**PROBLEM TO SOLVE:** Beginning at the line containing "v -107.445 9.897 0" in the material below and ending at the line containing "v 93.159 9.897 0", return each line exactly and add nothing.
*** Block opens ***
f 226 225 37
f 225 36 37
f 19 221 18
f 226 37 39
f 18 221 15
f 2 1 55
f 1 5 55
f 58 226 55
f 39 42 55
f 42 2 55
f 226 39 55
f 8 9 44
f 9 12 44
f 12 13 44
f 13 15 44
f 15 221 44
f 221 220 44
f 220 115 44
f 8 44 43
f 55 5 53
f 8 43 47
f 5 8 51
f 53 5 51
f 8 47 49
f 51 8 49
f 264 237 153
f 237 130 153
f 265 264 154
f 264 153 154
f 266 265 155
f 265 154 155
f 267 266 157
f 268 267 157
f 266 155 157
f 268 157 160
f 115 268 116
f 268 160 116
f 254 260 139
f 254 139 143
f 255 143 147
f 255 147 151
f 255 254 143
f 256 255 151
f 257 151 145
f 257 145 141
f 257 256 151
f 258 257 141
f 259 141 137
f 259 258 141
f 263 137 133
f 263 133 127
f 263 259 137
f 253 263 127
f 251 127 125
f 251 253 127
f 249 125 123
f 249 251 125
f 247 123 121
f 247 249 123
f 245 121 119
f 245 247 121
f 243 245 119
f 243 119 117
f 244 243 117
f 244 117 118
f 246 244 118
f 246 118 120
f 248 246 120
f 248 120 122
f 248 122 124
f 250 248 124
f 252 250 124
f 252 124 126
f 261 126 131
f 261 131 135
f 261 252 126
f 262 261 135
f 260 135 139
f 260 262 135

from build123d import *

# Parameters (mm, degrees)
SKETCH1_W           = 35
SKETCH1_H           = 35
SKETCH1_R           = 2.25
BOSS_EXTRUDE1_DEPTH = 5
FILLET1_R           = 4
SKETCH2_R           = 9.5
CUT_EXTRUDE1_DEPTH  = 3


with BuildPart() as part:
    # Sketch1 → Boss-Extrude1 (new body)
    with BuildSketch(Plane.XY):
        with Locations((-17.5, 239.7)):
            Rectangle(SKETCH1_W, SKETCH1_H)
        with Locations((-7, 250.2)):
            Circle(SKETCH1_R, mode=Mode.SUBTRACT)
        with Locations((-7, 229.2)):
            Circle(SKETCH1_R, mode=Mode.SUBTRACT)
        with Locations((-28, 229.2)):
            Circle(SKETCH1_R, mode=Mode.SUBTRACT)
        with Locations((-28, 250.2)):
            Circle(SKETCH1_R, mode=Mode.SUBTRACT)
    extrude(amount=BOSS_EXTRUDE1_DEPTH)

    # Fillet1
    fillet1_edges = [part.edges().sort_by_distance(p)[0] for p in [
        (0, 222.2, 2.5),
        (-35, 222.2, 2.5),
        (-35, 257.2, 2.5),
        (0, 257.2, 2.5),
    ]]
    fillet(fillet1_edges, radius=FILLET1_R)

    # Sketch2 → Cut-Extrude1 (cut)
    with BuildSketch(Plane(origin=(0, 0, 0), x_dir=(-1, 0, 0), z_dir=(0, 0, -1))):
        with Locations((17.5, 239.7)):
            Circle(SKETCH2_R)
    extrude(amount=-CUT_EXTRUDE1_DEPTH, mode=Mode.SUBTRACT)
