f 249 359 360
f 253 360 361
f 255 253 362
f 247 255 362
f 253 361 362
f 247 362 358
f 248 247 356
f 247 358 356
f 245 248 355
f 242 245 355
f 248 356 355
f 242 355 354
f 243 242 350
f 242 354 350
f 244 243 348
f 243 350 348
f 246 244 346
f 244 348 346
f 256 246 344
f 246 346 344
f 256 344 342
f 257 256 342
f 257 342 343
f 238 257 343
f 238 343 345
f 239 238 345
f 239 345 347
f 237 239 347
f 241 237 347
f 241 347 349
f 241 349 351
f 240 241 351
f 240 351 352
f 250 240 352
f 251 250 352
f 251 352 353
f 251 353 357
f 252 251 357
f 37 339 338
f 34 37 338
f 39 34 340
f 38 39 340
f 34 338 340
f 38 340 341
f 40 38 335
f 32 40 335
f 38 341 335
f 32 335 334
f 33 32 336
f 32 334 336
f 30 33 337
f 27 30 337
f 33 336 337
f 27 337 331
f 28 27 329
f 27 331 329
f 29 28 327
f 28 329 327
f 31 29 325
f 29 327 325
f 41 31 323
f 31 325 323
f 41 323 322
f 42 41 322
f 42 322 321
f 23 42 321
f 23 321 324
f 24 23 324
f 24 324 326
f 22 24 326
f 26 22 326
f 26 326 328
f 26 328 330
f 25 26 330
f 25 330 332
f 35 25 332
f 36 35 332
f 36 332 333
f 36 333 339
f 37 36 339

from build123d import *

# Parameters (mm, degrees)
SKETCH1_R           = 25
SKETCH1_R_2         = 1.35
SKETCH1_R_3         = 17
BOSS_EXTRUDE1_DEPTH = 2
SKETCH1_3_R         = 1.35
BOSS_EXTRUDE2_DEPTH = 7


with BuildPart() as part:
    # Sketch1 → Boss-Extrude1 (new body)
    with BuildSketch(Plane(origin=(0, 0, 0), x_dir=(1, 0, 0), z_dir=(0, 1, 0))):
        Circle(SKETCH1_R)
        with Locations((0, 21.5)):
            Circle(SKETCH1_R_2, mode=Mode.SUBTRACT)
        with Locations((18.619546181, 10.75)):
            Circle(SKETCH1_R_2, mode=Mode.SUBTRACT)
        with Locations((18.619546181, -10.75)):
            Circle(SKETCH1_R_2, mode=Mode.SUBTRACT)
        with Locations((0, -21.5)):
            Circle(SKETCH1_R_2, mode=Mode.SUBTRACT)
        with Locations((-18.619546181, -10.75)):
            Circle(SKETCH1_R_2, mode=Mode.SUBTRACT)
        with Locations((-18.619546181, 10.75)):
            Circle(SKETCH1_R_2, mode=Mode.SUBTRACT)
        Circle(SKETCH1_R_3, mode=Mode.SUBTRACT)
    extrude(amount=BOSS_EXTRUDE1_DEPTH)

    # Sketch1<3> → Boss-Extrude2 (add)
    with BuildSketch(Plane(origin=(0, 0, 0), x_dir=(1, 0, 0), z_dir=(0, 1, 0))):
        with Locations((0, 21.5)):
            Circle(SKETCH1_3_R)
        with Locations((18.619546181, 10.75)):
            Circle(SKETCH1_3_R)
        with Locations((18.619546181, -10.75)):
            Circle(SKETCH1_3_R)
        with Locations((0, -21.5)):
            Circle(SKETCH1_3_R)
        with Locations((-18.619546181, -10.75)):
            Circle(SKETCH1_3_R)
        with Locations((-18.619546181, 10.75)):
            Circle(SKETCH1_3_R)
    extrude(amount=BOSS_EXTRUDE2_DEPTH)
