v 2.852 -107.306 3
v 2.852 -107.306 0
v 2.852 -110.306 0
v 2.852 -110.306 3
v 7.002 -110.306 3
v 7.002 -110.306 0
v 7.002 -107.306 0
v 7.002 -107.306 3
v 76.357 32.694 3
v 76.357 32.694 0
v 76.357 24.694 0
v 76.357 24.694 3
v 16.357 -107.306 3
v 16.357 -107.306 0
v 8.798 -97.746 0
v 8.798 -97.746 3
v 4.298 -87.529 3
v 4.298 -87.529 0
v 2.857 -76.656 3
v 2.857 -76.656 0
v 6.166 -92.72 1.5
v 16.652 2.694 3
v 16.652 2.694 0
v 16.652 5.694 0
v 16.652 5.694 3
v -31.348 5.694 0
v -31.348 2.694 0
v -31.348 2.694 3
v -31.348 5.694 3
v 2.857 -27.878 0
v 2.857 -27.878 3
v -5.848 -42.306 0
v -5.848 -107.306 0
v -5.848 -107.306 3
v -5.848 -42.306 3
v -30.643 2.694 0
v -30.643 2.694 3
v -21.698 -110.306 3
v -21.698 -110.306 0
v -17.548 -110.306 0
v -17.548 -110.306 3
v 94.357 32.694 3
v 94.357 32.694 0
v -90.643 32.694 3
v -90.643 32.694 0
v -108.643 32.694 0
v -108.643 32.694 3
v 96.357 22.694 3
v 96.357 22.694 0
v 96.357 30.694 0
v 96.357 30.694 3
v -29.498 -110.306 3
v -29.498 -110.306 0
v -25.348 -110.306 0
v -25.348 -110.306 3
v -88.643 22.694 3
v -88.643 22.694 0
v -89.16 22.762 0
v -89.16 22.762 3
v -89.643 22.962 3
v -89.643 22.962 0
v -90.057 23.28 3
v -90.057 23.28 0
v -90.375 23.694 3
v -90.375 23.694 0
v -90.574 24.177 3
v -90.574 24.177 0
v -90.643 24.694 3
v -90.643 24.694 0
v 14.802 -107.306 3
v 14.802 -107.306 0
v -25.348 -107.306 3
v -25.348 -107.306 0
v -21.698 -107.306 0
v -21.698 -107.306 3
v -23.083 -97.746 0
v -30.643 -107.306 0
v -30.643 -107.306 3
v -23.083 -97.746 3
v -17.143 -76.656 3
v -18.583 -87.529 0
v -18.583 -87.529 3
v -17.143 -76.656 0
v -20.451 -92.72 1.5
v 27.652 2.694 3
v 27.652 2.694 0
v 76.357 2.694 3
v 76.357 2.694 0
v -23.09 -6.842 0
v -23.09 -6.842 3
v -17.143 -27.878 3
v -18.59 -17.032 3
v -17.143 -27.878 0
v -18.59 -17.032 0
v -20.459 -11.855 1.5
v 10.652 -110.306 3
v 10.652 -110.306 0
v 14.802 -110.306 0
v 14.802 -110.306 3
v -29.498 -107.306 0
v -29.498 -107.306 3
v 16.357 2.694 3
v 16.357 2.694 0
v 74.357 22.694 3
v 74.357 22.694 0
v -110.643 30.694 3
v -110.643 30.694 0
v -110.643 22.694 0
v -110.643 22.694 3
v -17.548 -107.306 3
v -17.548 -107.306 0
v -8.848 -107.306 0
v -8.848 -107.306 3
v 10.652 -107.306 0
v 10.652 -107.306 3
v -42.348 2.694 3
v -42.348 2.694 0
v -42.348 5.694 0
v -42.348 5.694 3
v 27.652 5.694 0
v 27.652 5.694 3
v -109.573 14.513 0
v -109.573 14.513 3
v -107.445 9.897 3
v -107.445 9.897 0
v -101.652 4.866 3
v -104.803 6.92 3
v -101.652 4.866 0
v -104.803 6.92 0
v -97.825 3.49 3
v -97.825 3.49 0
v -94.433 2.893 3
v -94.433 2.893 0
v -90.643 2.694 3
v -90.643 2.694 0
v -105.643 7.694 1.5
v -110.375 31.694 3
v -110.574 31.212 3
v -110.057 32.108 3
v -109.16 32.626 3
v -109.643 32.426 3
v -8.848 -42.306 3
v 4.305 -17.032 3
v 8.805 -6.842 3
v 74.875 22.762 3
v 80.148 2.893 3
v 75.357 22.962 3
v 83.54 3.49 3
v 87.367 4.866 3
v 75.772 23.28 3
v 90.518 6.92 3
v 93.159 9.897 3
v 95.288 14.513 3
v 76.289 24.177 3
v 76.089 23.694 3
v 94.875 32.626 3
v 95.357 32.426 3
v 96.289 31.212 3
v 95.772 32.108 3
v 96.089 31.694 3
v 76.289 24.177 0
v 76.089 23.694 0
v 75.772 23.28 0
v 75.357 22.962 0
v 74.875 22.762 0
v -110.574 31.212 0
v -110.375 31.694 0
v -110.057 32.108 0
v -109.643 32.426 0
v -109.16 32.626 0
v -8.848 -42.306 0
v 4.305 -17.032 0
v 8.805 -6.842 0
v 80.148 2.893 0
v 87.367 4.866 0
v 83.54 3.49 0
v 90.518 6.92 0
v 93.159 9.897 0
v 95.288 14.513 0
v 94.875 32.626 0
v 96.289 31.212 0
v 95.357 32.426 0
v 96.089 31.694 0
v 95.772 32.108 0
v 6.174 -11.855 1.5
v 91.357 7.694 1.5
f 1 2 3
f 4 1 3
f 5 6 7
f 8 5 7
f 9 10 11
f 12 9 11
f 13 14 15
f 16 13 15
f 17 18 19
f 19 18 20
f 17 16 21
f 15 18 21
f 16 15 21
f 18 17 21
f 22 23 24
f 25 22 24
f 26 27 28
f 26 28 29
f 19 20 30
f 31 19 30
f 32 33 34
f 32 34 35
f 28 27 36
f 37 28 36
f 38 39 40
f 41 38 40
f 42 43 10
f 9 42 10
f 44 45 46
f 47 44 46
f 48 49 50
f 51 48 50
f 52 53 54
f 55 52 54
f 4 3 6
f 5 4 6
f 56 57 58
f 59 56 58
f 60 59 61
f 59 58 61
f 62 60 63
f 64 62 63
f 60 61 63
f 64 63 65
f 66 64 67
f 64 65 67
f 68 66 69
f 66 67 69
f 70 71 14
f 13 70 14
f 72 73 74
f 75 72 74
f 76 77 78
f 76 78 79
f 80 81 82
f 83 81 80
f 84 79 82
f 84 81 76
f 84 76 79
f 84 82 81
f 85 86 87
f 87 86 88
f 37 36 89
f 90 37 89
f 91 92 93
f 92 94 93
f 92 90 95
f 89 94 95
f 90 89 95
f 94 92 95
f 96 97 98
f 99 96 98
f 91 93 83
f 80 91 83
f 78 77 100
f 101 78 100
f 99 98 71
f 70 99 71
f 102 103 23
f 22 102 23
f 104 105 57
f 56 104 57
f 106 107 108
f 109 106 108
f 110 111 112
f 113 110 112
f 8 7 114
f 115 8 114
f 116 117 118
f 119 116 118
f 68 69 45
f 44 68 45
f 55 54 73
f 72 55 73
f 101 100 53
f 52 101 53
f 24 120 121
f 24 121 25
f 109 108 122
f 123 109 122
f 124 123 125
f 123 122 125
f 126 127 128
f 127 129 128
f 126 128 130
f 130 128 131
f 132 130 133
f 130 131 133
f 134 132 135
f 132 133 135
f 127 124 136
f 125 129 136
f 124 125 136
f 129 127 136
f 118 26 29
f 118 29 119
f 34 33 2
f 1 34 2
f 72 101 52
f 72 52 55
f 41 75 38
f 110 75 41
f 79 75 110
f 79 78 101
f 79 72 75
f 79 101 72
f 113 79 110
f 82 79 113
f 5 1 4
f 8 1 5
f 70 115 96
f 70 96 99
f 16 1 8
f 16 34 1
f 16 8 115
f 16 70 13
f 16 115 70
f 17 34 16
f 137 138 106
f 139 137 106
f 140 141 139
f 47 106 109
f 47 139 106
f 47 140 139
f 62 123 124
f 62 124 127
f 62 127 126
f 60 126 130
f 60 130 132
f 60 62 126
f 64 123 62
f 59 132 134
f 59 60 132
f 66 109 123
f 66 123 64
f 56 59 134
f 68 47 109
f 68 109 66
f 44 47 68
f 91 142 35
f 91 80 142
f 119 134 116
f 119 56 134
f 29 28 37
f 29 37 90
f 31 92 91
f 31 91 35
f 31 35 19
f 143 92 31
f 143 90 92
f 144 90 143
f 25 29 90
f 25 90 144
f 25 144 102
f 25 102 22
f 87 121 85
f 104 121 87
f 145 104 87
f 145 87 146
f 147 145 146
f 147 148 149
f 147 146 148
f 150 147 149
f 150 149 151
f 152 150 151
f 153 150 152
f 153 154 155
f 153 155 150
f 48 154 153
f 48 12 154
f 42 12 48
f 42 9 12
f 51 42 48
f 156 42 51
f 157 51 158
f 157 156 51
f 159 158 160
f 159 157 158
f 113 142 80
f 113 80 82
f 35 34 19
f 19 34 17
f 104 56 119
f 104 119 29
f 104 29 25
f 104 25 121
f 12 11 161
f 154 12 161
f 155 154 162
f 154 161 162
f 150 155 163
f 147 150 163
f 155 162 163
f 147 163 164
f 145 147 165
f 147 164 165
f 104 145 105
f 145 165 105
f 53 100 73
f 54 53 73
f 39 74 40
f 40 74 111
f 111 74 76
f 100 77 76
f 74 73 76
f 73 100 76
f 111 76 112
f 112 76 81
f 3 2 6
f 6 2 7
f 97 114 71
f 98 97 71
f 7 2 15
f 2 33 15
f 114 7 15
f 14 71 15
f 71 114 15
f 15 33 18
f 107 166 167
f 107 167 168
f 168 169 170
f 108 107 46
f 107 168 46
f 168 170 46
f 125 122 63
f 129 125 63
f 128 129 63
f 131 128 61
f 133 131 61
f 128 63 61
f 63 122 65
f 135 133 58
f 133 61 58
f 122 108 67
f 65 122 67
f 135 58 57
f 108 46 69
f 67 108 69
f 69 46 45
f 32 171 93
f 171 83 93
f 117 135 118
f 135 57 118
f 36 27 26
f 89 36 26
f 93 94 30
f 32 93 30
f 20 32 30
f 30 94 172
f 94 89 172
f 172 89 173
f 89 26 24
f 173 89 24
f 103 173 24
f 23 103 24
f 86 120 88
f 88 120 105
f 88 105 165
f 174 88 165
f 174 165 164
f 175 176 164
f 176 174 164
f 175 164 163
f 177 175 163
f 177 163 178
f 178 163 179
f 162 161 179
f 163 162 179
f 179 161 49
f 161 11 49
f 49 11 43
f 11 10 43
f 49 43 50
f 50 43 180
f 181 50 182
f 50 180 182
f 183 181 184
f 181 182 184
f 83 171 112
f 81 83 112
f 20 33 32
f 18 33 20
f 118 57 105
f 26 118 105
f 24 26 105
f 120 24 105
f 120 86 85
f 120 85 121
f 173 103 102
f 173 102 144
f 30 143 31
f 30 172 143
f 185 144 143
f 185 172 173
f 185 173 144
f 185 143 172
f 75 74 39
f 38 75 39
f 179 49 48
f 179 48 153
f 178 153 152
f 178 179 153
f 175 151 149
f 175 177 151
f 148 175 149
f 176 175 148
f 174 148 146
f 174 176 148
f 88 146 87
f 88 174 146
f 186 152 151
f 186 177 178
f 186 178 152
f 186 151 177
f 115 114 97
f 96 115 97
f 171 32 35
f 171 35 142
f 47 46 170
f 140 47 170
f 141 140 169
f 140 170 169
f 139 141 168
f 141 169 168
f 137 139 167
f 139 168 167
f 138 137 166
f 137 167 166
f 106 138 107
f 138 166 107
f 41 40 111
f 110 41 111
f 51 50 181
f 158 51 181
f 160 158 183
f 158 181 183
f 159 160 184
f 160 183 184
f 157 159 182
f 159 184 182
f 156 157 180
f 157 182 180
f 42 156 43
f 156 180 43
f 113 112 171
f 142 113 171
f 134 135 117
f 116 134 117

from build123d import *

# Parameters (mm, degrees)
P_IDAT_VYSUNUT_M2_DEPTH  = 3
SKICA2_W                 = 3
SKICA2_H                 = 65
ODEBRAT_VYSUNUT_M3_DEPTH = 3
SKICA3_W                 = 11
SKICA3_H                 = 5.694256757
ODEBRAT_VYSUNUT_M4_DEPTH = 3


with BuildPart() as part:
    # Skica1 → Přidat vysunutím2 (new body)
    with BuildSketch(Plane.XY):
        with BuildLine():
            Line((-90.642636358, 2.694256757), (-30.642636358, 2.694256757))
            add(Edge.make_bspline(
                [(-30.642636358, 2.694256757), (-17.025139471, -11.118063286), (-17.142636358, -27.878389443)],
                knots=[0, 0, 0, 1, 1, 1], degree=2))
            Line((-17.142636358, -27.878389443), (-17.142636358, -76.655981804))
            add(Edge.make_bspline(
                [(-30.642636358, -107.305743243), (-17.009316786, -93.458261678), (-17.142636358, -76.655981804)],
                knots=[0, 0, 0, 1, 1, 1], degree=2))
            Line((-30.642636358, -107.305743243), (-29.497972973, -107.305743243))
            Line((-29.497972973, -107.305743243), (-29.497972973, -110.305743243))
            Line((-29.497972973, -110.305743243), (-25.347972973, -110.305743243))
            Line((-25.347972973, -110.305743243), (-25.347972973, -107.305743243))
            Line((-25.347972973, -107.305743243), (-21.697972973, -107.305743243))
            Line((-21.697972973, -107.305743243), (-21.697972973, -110.305743243))
            Line((-21.697972973, -110.305743243), (-17.547972973, -110.305743243))
            Line((-17.547972973, -110.305743243), (-17.547972973, -107.305743243))
            Line((-17.547972973, -107.305743243), (2.852027027, -107.305743243))
            Line((2.852027027, -107.305743243), (2.852027027, -110.305743243))
            Line((2.852027027, -110.305743243), (7.002027027, -110.305743243))
            Line((7.002027027, -110.305743243), (7.002027027, -107.305743243))
            Line((7.002027027, -107.305743243), (10.652027027, -107.305743243))
            Line((10.652027027, -107.305743243), (10.652027027, -110.305743243))
            Line((10.652027027, -110.305743243), (14.802027027, -110.305743243))
            Line((14.802027027, -110.305743243), (14.802027027, -107.305743243))
            Line((14.802027027, -107.305743243), (16.357363642, -107.305743243))
            add(Edge.make_bspline(
                [(16.357363642, -107.305743243), (2.72404407, -93.458261678), (2.857363642, -76.655981804)],
                knots=[0, 0, 0, 1, 1, 1], degree=2))
            Line((2.857363642, -76.655981804), (2.857363642, -27.878389443))
            add(Edge.make_bspline(
                [(16.357363642, 2.694256757), (2.739866756, -11.118063286), (2.857363642, -27.878389443)],
                knots=[0, 0, 0, 1, 1, 1], degree=2))
            Line((16.357363642, 2.694256757), (76.357363642, 2.694256757))
            add(Edge.make_bspline(
                [(96.357363642, 22.694256757), (96.357363642, 2.694256757), (76.357363642, 2.694256757)],
                knots=[0, 0, 0, 1, 1, 1], degree=2))
            Line((96.357363642, 22.694256757), (96.357363642, 30.694256757))
            ThreePointArc((96.357363642, 30.694256757), (95.771577204, 32.108470319), (94.357363642, 32.694256757))
            Line((94.357363642, 32.694256757), (76.357363642, 32.694256757))
            Line((76.357363642, 32.694256757), (76.357363642, 24.694256757))
            ThreePointArc((76.357363642, 24.694256757), (75.771577204, 23.280043194), (74.357363642, 22.694256757))
            Line((74.357363642, 22.694256757), (-88.642636358, 22.694256757))
            ThreePointArc((-88.642636358, 22.694256757), (-90.05684992, 23.280043194), (-90.642636358, 24.694256757))
            Line((-90.642636358, 24.694256757), (-90.642636358, 32.694256757))
            Line((-90.642636358, 32.694256757), (-108.642636358, 32.694256757))
            ThreePointArc((-108.642636358, 32.694256757), (-110.05684992, 32.108470319), (-110.642636358, 30.694256757))
            Line((-110.642636358, 30.694256757), (-110.642636358, 22.694256757))
            add(Edge.make_bspline(
                [(-110.642636358, 22.694256757), (-110.642636358, 2.694256757), (-90.642636358, 2.694256757)],
                knots=[0, 0, 0, 1, 1, 1], degree=2))
        make_face()
    extrude(amount=P_IDAT_VYSUNUT_M2_DEPTH)

    # Skica2 → Odebrat vysunutím3 (cut)
    with BuildSketch(Plane(origin=(0, 0, 0), x_dir=(-1, 0, 0), z_dir=(0, 0, -1))):
        with Locations((7.347972973, -74.805743243)):
            Rectangle(SKICA2_W, SKICA2_H)
    extrude(amount=-ODEBRAT_VYSUNUT_M3_DEPTH, mode=Mode.SUBTRACT)

    # Skica3 → Odebrat vysunutím4 (cut)
    with BuildSketch(Plane(origin=(0, 0, 0), x_dir=(-1, 0, 0), z_dir=(0, 0, -1))):
        with Locations((-22.152027027, 2.847128379)):
            Rectangle(SKICA3_W, SKICA3_H)
        with Locations((36.847972973, 2.847128379)):
            Rectangle(SKICA3_W, SKICA3_H)
    extrude(amount=-ODEBRAT_VYSUNUT_M4_DEPTH, mode=Mode.SUBTRACT)


solid = part.part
*** Block closes ***
**FINAL ANSWER:**
v -107.445 9.897 0
v -101.652 4.866 3
v -104.803 6.92 3
v -101.652 4.866 0
v -104.803 6.92 0
v -97.825 3.49 3
v -97.825 3.49 0
v -94.433 2.893 3
v -94.433 2.893 0
v -90.643 2.694 3
v -90.643 2.694 0
v -105.643 7.694 1.5
v -110.375 31.694 3
v -110.574 31.212 3
v -110.057 32.108 3
v -109.16 32.626 3
v -109.643 32.426 3
v -8.848 -42.306 3
v 4.305 -17.032 3
v 8.805 -6.842 3
v 74.875 22.762 3
v 80.148 2.893 3
v 75.357 22.962 3
v 83.54 3.49 3
v 87.367 4.866 3
v 75.772 23.28 3
v 90.518 6.92 3
v 93.159 9.897 3
v 95.288 14.513 3
v 76.289 24.177 3
v 76.089 23.694 3
v 94.875 32.626 3
v 95.357 32.426 3
v 96.289 31.212 3
v 95.772 32.108 3
v 96.089 31.694 3
v 76.289 24.177 0
v 76.089 23.694 0
v 75.772 23.28 0
v 75.357 22.962 0
v 74.875 22.762 0
v -110.574 31.212 0
v -110.375 31.694 0
v -110.057 32.108 0
v -109.643 32.426 0
v -109.16 32.626 0
v -8.848 -42.306 0
v 4.305 -17.032 0
v 8.805 -6.842 0
v 80.148 2.893 0
v 87.367 4.866 0
v 83.54 3.49 0
v 90.518 6.92 0
v 93.159 9.897 0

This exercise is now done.